The paper would benefit from more granular ablation studies, such as testing different similarity thresholds, rank configurations, and sharing strategies to assess their impact on performance.

问题

Could the authors clarify how they selected the similarity thresholds for determining layer redundancy?
Given that redundancy can occur within layers, did the authors consider intra-layer sharing (e.g., across attention heads or feed-forward components within a layer)?
Have the authors considered implementing shape adaptation mechanisms, such as transformation techniques that allow shared parameters to fit across layers of varying dimensions?
Have the authors considered including these analyses to substantiate the choice of layers for parameter sharing?
Could the authors provide more detailed ablation studies on the effects of varying ranks, similarity thresholds, or different parameter-sharing strategies?

审稿意见

评分: 5置信度: 42024-11-04

In this paper, the authors proposed ShareLoRA, a new PEFT method that allows the LoRA modules to be shared among multiple layers. A greedy algorithm was used to find these layers with similar representations. Experiments on multiple datasets show some good performance in certain tasks over several baseline methods.

优点

Multiple experiments were conducted on several tasks with comparison to a few baseline methods.
Writing in general is good and easy to follow.

缺点

There is already very limited tunable parameters with LoRA, I am not sure further reducing it by ~20% is worthwhile given the complexity introduced in the proposed approach and its not convincing performance (i.e., the result from Table 2 and 3).
The need of sample dataset D∗ makes the proposed algorithm less applicable unless one common calibration dataset can be used for all the different tasks which I did not see from the current draft.
The performance seems very sensitive to the hyper-parameter similarity threshold from Table 4. Are there any principles or rule of thumb to set this parameters for different models/tasks?
Typo. "LoRA LoRA" in line 061 should be "LoRA".

问题

Overall, I am not quite convinced that the proposed approach is widely applicable. Please refer to the weakness section for the rationals and provide rebuttal accordingly.

审稿意见

评分: 5置信度: 42024-11-04

In this paper, the authors aim to leverage the redundancy present in pre-trained foundation models to further reduce memory requirements in LoRA. The authors propose the ShareLoRA to achieve this goal.
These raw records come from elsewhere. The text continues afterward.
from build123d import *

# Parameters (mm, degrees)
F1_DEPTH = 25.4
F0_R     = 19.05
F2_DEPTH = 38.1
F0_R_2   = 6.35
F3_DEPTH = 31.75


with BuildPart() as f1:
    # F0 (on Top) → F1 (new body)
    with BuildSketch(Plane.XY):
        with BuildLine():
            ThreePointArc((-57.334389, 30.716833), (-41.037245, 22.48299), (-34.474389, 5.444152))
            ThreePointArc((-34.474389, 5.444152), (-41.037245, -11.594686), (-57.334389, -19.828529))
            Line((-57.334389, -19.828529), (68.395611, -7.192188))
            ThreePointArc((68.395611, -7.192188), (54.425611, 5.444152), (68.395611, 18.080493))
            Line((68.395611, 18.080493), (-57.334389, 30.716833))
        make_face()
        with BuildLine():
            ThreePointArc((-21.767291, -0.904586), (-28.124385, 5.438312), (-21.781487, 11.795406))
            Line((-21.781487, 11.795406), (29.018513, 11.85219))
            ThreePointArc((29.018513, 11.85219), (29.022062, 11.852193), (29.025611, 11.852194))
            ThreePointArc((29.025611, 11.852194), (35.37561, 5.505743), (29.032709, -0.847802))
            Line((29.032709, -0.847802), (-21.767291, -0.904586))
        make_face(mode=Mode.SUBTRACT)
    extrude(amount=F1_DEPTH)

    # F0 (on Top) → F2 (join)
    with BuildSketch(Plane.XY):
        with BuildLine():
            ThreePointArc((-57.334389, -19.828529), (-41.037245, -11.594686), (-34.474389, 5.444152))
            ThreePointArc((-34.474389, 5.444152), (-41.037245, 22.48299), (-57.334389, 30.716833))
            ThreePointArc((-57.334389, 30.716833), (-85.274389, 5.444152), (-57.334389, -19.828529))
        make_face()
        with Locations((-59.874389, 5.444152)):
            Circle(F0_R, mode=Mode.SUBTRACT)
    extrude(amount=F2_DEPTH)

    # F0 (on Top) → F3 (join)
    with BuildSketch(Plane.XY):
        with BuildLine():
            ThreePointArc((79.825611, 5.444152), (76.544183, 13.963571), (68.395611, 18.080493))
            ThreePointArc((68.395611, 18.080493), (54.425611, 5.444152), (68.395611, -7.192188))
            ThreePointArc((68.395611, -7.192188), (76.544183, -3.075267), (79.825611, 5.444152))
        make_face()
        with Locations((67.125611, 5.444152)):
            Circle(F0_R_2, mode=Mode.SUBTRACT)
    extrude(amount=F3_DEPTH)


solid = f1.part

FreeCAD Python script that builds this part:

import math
import FreeCAD as App
import Part
import Sketcher

V = App.Vector
Q = App.Units.Quantity

doc = App.newDocument("Part")
body = doc.addObject("PartDesign::Body", "Body")

# Sketch on XY plane
sketch1 = body.newObject("Sketcher::SketchObject", "Sketch")
sketch1.AttachmentSupport = (doc.getObject("XY_Plane"), [""])
sketch1.MapMode = "FlatFace"
sketch1.addGeometry([
    Part.ArcOfCircle(Part.Circle(V(-59.874389, 5.444152, 0), V(0, 0, 1), 25.400001), math.radians(0.000001), math.radians(84.260829)),  # 0
    Part.ArcOfCircle(Part.Circle(V(-59.874389, 5.444152, 0), V(0, 0, 1), 25.400001), math.radians(-84.260829), math.radians(-0.000001)),  # 1
    Part.LineSegment(V(-57.334389, -19.828529, 0), V(68.395611, -7.192188, 0)),  # 2
    Part.ArcOfCircle(Part.Circle(V(67.125611, 5.444153, 0), V(0, 0, 1), 12.7), math.radians(84.26083), math.radians(275.73917)),  # 3
    Part.LineSegment(V(68.395611, 18.080493, 0), V(-57.334389, 30.716833, 0)),  # 4
    Part.LineSegment(V(29.032709, -0.847802, 0), V(-21.767291, -0.904586, 0)),  # 5
    Part.ArcOfCircle(Part.Circle(V(-21.774389, 5.44541, 0), V(0, 0, 1), 6.35), math.radians(90.064045), math.radians(270.064045)),  # 6
    Part.LineSegment(V(-21.781487, 11.795406, 0), V(29.018513, 11.85219, 0)),  # 7
    Part.ArcOfCircle(Part.Circle(V(29.025611, 5.55449, 0), V(0, 0, 1), 6.297704), math.radians(90), math.radians(90.064577)),  # 8
    Part.ArcOfCircle(Part.Circle(V(29.025611, 5.502194, 0), V(0, 0, 1), 6.35), math.radians(-89.935955), math.radians(90)),  # 9
], False)
sketch1.addConstraint([
    Sketcher.Constraint("Tangent", 0, 1, 1, 2),
    Sketcher.Constraint("Tangent", 1, 1, 2, 1),
    Sketcher.Constraint("Tangent", 2, 2, 3, 2),
    Sketcher.Constraint("Tangent", 3, 1, 4, 1),
    Sketcher.Constraint("Tangent", 4, 2, 0, 2),
    Sketcher.Constraint("Tangent", 5, 2, 6, 2),
    Sketcher.Constraint("Tangent", 6, 1, 7, 1),
    Sketcher.Constraint("Coincident", 7, 2, 8, 2),
    Sketcher.Constraint("Tangent", 8, 1, 9, 2),
    Sketcher.Constraint("Tangent", 9, 1, 5, 1),
    Sketcher.Constraint("Equal", 0, 1),
    Sketcher.Constraint("Equal", 6, 9),
    Sketcher.Constraint("Horizontal", 1, 3, 3, 3),
    Sketcher.Constraint("Horizontal", 3, 3, 0, 1),
    Sketcher.Constraint("Vertical", 8, 3, 9, 3),
    Sketcher.Constraint("Equal", 5, 7),
    Sketcher.Constraint("Radius", 0, Q("1 in")),
    Sketcher.Constraint("Radius", 3, Q("0.5 in")),
    Sketcher.Constraint("Radius", 6, Q("0.25 in")),
    Sketcher.Constraint("DistanceX", 0, 3, 3, 3, Q("5 in")),
    Sketcher.Constraint("DistanceX", 6, 3, 8, 3, Q("2 in")),
    Sketcher.Constraint("DistanceX", 1, 3, 6, 3, Q("1.5 in")),
    Sketcher.Constraint("Radius", 8, Q("6.297704 mm")),
    Sketcher.Constraint("DistanceY", 9, 3, 3, 1, Q("12.578299 mm")),
    Sketcher.Constraint("DistanceX", 0, 1, 5, 2, Q("12.707098 mm")),
    Sketcher.Constraint("DistanceX", 0, 3, -1, 1, Q("59.874389 mm")),
    Sketcher.Constraint("DistanceY", -1, 1, 0, 3, Q("5.444152 mm")),
])
pad1 = body.newObject("PartDesign::Pad", "Pad")
pad1.Profile = sketch1
pad1.Length = Q("1 in")

# Sketch on XY plane
sketch2 = body.newObject("Sketcher::SketchObject", "Sketch001")
sketch2.AttachmentSupport = (doc.getObject("XY_Plane"), [""])
sketch2.MapMode = "FlatFace"
sketch2.addGeometry([
    Part.ArcOfCircle(Part.Circle(V(-59.874389, 5.444152, 0), V(0, 0, 1), 25.400001), math.radians(-84.260829), math.radians(-0.000001)),
    Part.ArcOfCircle(Part.Circle(V(-59.874389, 5.444152, 0), V(0, 0, 1), 25.400001), math.radians(0.000001), math.radians(84.260829)),
    Part.ArcOfCircle(Part.Circle(V(-59.874389, 5.444152, 0), V(0, 0, 1), 25.4), math.radians(84.26083), math.radians(275.73917)),
    Part.Circle(V(-59.874389, 5.444152, 0), V(0, 0, 1), 19.05),
], False)
sketch2.addConstraint([
    Sketcher.Constraint("Tangent", 0, 2, 1, 1),
    Sketcher.Constraint("Tangent", 1, 2, 2, 1),
    Sketcher.Constraint("Tangent", 2, 2, 0, 1),
    Sketcher.Constraint("Coincident", 3, 3, 0, 3),
    Sketcher.Constraint("Horizontal", 3, 3, 0, 2),
    Sketcher.Constraint("Vertical", 1, 2, 2, 2),
    Sketcher.Constraint("Radius", 0, Q("1 in")),
    Sketcher.Constraint("Diameter", 3, Q("1.5 in")),
    Sketcher.Constraint("DistanceX", 0, 3, 1, 2, Q("0.1 in")),
    Sketcher.Constraint("DistanceX", 0, 3, -1, 1, Q("59.874389 mm")),
    Sketcher.Constraint("DistanceY", -1, 1, 1, 3, Q("5.444152 mm")),
])
pad2 = body.newObject("PartDesign::Pad", "Pad001")
pad2.Profile = sketch2
pad2.Length = Q("1.5 in")

# Sketch on XY plane
sketch3 = body.newObject("Sketcher::SketchObject", "Sketch002")
sketch3.AttachmentSupport = (doc.getObject("XY_Plane"), [""])
sketch3.MapMode = "FlatFace"
sketch3.addGeometry([
    Part.ArcOfCircle(Part.Circle(V(67.12561, 5.444151, 0), V(0, 0, 1), 12.700001), math.radians(0.000002), math.radians(84.260825)),
    Part.ArcOfCircle(Part.Circle(V(67.125611, 5.444153, 0), V(0, 0, 1), 12.7), math.radians(84.26083), math.radians(275.73917)),
    Part.ArcOfCircle(Part.Circle(V(67.125612, 5.444152, 0), V(0, 0, 1), 12.699999), math.radians(-84.260832), math.radians(0.000001)),
    Part.Circle(V(67.125611, 5.444152, 0), V(0, 0, 1), 6.35),
], False)
sketch3.addConstraint([
    Sketcher.Constraint("Tangent", 0, 2, 1, 1),
    Sketcher.Constraint("Tangent", 1, 2, 2, 1),
    Sketcher.Constraint("Tangent", 2, 2, 0, 1),
    Sketcher.Constraint("Coincident", 3, 3, 0, 3),
    Sketcher.Constraint("Horizontal", 3, 3, 2, 2),
    Sketcher.Constraint("Vertical", 0, 2, 1, 2),
    Sketcher.Constraint("Diameter", 3, Q("0.5 in")),
    Sketcher.Constraint("Radius", 0, Q("0.5 in")),
    Sketcher.Constraint("DistanceX", 1, 3, 0, 2, Q("0.05 in")),
    Sketcher.Constraint("DistanceX", -1, 1, 0, 3, Q("67.12561 mm")),
    Sketcher.Constraint("DistanceY", -1, 1, 0, 3, Q("5.444151 mm")),
])
pad3 = body.newObject("PartDesign::Pad", "Pad002")
pad3.Profile = sketch3
pad3.Length = Q("1.25 in")

doc.recompute()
The proposed ShareLoRA comprises two key components: (1) layer similarity computation; (2) LoRA sharing.

优点

(1) The direction of reducing memory requirements in LoRA by layer sharing is interesting.

(2) The proposed method is sound.

(3) The paper is easy to follow.

缺点

(1) The authors should check their writing. In Line 061, During fine-tuning, LoRA LoRA. In Line 182, the name of the proposed method is ShareLoRA, not AutoLoRA.

(2) The authors should add experiments on Llama-13B to demonstrate the scalability of the ShareLoRA.

(3) the authors should add experiments on NLG tasks to demonstrate the generalizability of the ShareLoRA.

问题

Please see weaknesses.

2024-11-27

As the authors do not make responses, and I checked other reviewers' comments, I decide to lower my rating.

撤稿通知

2024-12-09

I have read and agree with the venue's withdrawal policy on behalf of myself and my co-authors.